Media Coverage

Saturday, 25 October 2008

The Life and Times of Lupis

The Life and Times of Lupis.

January 04 – 1995 to October 24 – 2008

It was a fateful day in summer 2004, I was married to a wonderful lady by the name of Charlene, living on York Street in St. Catharines. I took a trip to the local SPCA, and decided to view the dogs which were available for adoption.

Amongst all the dogs, a young dog, about 6 or 7 months old with a beautiful upturned tail, and wolf-life appearance stood out amongst the crowd. He barked and barked his head off. I decided to take a look at him and requested that he be brought to a private room where both my wife and I could have a closer look. With a glint in his brown eyes, he did not stop barking. The agents there advised us that he will be a "barker" if we decide to take him. Already having one brown shephard mix at home, we decided to adopt him, and call him Lupis as he looked like a wolf.

Lupis was very well behaved, although very loud and barkey. Upon examination by a vet, we were informed he was indeed part Wolf. He spent several years with us in our home on York street until 1997 when Charlene and I split up, and I moved to Niagara-on-the-Lake. Sadly due to some medical complications, Max had to be put down in late 1997.

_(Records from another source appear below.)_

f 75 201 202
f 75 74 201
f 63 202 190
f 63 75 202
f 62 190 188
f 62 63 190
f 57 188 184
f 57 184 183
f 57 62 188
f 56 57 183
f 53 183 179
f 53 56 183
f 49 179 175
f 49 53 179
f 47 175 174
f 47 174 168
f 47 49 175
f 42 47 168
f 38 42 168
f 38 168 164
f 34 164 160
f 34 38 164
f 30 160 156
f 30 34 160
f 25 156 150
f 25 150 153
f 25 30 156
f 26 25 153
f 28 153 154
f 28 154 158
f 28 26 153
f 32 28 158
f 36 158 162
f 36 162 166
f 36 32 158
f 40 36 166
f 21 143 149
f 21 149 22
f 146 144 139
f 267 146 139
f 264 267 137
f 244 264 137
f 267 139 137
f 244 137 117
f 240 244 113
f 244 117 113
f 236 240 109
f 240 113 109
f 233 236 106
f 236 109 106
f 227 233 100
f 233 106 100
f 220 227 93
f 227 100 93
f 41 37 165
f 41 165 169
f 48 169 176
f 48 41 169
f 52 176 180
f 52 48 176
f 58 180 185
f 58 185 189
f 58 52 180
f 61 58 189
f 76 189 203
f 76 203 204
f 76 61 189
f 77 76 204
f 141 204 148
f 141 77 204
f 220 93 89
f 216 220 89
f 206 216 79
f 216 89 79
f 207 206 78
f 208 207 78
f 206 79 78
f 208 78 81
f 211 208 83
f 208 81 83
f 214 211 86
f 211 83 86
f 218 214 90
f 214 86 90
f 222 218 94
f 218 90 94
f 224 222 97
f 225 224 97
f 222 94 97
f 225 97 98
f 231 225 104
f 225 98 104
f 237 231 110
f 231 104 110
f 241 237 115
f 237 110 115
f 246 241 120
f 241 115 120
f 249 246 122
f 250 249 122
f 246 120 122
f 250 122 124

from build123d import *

Lupis enjoyed the farm and spent many hours outside, as well as travelling around with me in my 1986 Jeep CJ-7 camping, hiking, and canoeing in places like Algonquin Park, and Frontenac park.

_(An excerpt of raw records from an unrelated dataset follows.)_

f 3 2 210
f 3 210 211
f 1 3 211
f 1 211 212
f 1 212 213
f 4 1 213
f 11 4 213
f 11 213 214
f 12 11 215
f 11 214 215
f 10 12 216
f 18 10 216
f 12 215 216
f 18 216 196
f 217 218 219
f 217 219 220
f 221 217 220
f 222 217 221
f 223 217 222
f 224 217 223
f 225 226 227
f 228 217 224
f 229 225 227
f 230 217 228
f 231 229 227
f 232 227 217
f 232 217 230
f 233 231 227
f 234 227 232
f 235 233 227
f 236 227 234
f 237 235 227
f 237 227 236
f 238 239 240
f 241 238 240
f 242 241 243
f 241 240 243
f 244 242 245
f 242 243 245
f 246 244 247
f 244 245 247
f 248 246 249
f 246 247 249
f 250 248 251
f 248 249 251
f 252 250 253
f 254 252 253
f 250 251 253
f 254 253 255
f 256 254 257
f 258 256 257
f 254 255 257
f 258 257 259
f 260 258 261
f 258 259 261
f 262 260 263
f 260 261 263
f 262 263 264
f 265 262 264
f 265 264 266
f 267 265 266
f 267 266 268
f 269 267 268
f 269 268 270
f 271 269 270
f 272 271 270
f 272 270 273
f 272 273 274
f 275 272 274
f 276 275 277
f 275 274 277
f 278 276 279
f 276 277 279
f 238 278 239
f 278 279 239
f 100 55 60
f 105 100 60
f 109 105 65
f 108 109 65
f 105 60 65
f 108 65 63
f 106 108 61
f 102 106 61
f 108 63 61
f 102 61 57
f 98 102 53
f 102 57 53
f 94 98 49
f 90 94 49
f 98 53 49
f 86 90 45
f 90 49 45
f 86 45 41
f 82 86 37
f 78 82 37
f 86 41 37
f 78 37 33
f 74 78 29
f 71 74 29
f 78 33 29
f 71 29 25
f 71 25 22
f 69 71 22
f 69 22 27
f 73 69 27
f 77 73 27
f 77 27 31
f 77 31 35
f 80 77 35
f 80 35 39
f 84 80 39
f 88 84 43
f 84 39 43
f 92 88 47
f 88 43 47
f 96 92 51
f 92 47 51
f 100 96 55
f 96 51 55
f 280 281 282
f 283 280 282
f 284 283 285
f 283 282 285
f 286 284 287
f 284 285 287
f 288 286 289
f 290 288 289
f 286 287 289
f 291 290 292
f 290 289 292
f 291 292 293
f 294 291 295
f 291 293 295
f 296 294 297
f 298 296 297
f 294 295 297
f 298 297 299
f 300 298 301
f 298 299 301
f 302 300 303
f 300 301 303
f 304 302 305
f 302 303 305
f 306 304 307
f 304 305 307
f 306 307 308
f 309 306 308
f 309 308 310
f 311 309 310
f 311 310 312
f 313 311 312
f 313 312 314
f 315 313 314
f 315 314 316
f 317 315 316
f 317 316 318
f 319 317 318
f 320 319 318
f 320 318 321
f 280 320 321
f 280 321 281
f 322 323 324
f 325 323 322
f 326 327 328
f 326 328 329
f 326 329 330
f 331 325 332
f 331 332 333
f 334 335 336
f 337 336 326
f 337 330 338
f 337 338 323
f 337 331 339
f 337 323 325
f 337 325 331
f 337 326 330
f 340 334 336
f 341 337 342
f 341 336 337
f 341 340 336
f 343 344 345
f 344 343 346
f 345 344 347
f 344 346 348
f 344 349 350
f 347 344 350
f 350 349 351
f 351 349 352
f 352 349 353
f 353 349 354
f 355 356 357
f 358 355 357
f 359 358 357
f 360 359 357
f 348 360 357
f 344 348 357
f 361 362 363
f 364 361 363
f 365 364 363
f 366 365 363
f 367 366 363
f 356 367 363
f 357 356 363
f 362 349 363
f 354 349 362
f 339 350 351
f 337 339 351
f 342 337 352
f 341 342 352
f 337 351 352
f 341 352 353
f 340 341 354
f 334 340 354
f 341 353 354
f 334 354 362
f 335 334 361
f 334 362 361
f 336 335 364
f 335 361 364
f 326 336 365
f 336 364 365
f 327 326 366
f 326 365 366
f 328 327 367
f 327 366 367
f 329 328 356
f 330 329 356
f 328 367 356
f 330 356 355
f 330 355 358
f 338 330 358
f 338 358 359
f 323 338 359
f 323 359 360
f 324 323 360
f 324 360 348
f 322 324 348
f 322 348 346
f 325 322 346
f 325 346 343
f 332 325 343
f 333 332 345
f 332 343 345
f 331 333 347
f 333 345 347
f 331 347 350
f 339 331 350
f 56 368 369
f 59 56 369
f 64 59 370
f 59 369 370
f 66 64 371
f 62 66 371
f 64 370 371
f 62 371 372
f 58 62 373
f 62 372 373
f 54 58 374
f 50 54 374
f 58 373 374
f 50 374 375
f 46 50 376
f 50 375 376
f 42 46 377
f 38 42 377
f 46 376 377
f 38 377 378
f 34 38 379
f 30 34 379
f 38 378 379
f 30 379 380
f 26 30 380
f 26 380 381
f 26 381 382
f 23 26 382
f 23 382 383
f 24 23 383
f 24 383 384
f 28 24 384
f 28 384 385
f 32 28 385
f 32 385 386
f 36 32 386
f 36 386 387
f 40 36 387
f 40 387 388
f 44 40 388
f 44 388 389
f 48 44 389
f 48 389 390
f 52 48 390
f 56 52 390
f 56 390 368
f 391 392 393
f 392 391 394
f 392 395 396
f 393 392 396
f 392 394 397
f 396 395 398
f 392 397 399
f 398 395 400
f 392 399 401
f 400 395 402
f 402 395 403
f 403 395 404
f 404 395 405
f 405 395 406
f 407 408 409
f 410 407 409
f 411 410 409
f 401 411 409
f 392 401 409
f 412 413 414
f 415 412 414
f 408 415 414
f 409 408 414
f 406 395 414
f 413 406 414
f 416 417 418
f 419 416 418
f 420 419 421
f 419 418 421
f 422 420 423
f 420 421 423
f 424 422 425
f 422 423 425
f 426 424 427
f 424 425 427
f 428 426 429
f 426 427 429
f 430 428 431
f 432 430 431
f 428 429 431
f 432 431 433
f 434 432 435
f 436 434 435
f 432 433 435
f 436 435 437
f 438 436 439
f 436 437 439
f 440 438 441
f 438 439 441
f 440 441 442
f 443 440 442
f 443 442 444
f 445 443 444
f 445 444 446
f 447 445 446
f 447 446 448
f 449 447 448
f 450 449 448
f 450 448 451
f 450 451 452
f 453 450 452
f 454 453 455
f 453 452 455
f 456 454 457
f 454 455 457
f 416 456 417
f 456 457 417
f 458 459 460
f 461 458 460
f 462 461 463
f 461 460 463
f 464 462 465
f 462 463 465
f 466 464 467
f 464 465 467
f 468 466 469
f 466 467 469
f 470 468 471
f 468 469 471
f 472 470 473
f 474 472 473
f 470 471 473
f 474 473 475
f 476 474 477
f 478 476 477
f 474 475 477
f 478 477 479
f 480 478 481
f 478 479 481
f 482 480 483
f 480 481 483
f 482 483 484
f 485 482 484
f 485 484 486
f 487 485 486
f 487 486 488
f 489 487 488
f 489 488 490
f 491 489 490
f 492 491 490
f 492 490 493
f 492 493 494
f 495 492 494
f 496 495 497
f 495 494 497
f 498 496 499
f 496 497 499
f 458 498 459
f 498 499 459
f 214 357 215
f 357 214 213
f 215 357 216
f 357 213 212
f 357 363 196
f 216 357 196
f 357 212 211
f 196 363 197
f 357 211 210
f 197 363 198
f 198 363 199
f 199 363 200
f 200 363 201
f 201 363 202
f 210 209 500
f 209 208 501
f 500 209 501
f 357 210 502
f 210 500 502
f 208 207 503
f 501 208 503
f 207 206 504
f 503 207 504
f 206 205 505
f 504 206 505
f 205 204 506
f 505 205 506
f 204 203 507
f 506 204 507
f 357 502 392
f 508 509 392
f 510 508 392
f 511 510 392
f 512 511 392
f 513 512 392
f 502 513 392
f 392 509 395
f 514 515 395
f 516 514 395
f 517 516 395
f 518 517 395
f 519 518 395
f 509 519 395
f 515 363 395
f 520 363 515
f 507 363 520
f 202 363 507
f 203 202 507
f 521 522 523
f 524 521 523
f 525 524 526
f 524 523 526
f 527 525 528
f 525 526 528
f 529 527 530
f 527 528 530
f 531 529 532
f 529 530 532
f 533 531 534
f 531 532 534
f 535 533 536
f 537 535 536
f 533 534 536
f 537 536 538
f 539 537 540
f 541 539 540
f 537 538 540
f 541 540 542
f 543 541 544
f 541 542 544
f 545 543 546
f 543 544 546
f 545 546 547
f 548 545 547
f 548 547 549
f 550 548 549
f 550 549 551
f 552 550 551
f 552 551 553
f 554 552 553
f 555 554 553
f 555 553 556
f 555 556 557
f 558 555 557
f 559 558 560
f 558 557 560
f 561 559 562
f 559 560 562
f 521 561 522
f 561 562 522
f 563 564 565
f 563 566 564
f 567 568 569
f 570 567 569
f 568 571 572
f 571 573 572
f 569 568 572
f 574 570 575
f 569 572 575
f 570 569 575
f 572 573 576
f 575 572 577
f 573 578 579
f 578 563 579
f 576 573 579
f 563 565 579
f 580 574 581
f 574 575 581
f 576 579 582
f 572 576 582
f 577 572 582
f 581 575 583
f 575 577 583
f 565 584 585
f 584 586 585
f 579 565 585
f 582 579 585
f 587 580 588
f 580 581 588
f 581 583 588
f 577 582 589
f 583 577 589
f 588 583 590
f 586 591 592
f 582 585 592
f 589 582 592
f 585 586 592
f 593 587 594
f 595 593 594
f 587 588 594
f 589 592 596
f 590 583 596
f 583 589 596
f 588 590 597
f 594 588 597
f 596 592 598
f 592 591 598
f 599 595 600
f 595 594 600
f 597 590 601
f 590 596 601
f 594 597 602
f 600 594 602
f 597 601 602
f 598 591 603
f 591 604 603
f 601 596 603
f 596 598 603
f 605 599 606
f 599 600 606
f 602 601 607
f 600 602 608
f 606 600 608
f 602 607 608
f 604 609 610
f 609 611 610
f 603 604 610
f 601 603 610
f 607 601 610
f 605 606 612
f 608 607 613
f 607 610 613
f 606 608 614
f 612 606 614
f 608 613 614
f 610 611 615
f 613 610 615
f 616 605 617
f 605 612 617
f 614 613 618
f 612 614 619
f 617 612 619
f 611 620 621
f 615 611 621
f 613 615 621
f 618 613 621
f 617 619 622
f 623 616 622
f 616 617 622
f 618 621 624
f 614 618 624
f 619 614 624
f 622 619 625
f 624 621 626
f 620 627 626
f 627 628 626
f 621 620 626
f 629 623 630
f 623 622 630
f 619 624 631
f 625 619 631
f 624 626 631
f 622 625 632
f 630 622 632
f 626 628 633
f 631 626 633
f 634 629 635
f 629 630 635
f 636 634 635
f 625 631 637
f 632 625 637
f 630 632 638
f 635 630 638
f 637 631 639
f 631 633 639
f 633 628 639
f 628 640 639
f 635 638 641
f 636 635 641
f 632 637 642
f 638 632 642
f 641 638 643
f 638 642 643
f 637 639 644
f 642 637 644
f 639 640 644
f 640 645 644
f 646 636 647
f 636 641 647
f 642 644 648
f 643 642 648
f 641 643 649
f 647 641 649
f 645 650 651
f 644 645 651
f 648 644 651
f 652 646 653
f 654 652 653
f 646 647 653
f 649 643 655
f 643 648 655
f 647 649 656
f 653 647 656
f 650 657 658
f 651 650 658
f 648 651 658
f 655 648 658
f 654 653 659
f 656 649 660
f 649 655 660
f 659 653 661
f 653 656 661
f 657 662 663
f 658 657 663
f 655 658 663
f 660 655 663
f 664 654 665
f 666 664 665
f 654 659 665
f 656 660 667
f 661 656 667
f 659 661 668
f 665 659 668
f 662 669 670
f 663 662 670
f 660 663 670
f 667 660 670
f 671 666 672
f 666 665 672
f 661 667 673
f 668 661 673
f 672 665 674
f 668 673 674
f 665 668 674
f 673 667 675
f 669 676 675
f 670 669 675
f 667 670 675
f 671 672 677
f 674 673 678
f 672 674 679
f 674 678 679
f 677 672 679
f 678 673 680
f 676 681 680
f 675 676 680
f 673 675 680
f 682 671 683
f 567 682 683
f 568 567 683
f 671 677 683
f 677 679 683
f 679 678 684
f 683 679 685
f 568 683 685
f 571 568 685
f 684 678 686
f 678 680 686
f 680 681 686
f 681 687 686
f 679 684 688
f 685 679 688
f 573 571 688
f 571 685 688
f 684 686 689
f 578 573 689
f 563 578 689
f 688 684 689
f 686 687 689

Once Lupis managed to escape his leather harness when my Jeep was parked outside a store, and got loose in Niagara-on-the-Lake. It was a hot summer day in 1997 and through his exploits managed to burn his feet badly and had to be treated by the vets, wearing socks with ointment for several weeks after the incident.

Being outdoors, even in the cold, harsh winters in Northern Ontario where temperatures routinely reached -40C, was where Lupis was happiest. He had is own backpack fitted just for him as well as special boots called "muttlucks" which kept his feet from freezing and icing. Instead of a collar, Lupis had a "halti" which was similar to a horse halter to protect his neck.

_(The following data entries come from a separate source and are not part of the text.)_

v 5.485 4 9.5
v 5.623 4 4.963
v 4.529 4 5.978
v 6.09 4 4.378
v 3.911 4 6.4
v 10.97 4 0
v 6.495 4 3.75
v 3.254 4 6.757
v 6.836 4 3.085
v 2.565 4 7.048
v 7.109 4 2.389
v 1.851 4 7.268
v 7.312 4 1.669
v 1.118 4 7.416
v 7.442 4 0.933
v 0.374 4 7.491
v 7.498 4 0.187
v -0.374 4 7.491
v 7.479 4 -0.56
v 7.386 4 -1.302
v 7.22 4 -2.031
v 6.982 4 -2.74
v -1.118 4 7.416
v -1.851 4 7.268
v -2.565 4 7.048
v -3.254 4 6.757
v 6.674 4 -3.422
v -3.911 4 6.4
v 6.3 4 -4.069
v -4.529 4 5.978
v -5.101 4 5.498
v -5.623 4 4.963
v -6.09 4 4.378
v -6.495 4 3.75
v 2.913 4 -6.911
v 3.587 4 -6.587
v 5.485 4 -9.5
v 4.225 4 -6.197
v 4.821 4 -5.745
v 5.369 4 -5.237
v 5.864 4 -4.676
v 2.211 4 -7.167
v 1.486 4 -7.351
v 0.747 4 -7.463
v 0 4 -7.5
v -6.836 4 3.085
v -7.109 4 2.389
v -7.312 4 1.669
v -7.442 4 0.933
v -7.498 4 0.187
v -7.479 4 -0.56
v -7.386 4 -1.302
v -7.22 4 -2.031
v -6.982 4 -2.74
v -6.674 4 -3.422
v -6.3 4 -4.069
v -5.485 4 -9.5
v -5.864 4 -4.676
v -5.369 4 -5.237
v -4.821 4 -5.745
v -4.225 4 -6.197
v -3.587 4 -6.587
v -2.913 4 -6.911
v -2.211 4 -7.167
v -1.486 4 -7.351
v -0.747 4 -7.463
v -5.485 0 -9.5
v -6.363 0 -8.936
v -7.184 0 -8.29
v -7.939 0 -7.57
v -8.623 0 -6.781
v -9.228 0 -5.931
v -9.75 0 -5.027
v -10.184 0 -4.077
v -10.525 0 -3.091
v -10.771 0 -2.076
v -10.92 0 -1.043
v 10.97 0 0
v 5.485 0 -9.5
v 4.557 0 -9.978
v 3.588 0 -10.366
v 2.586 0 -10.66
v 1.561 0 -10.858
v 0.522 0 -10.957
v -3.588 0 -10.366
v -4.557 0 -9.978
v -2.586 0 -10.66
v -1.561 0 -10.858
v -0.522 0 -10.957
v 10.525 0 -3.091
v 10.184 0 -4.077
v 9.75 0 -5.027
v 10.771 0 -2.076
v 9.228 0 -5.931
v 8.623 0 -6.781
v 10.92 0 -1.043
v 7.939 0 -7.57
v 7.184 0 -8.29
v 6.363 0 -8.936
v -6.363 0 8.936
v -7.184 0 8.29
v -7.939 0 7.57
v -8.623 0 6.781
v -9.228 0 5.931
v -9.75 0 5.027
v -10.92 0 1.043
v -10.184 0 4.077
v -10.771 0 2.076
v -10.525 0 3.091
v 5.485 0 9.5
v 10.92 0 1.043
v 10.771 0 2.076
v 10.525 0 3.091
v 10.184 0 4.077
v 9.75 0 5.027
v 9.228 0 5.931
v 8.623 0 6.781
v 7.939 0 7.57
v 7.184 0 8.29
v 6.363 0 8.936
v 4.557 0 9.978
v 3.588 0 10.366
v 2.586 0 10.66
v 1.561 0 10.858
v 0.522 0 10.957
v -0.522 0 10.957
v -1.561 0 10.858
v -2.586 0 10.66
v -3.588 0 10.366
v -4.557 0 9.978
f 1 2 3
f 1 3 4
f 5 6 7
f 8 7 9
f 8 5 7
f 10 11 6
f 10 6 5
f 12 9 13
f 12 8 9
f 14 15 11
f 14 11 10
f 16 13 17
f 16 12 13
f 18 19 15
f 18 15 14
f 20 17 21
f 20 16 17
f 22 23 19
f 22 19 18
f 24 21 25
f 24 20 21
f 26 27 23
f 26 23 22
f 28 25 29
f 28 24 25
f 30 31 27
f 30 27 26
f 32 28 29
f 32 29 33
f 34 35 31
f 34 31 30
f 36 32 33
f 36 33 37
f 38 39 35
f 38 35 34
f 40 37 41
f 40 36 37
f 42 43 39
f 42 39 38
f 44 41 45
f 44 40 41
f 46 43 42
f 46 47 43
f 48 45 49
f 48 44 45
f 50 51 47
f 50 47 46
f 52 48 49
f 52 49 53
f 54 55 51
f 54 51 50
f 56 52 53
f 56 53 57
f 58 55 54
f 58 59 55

Whether it was in deep winters, or climbing the peaks of Killarney Park Lupis was happiest outside as a trail dog. He spent many, many nights under the stars in his natural environment with me camping in remote wilderness areas in Ontario.

In the year 2000 my wife Tori and I decided to get our transport truck drivers license and start driving long distance for a living. As a love of travel, Lupis was in his prime. He got to do the things he enjoyed the most. Sit in the passenger seat and watch the world go by. He has travelled from east to west, and North to south. Lupis set foot in the Gulf of Mexico, and the deserts of Texas, travelling to almost every state and province in North America. He spent many nights sitting in the front seats of our truck watching the other trucks and dogs at truckstops all around North America.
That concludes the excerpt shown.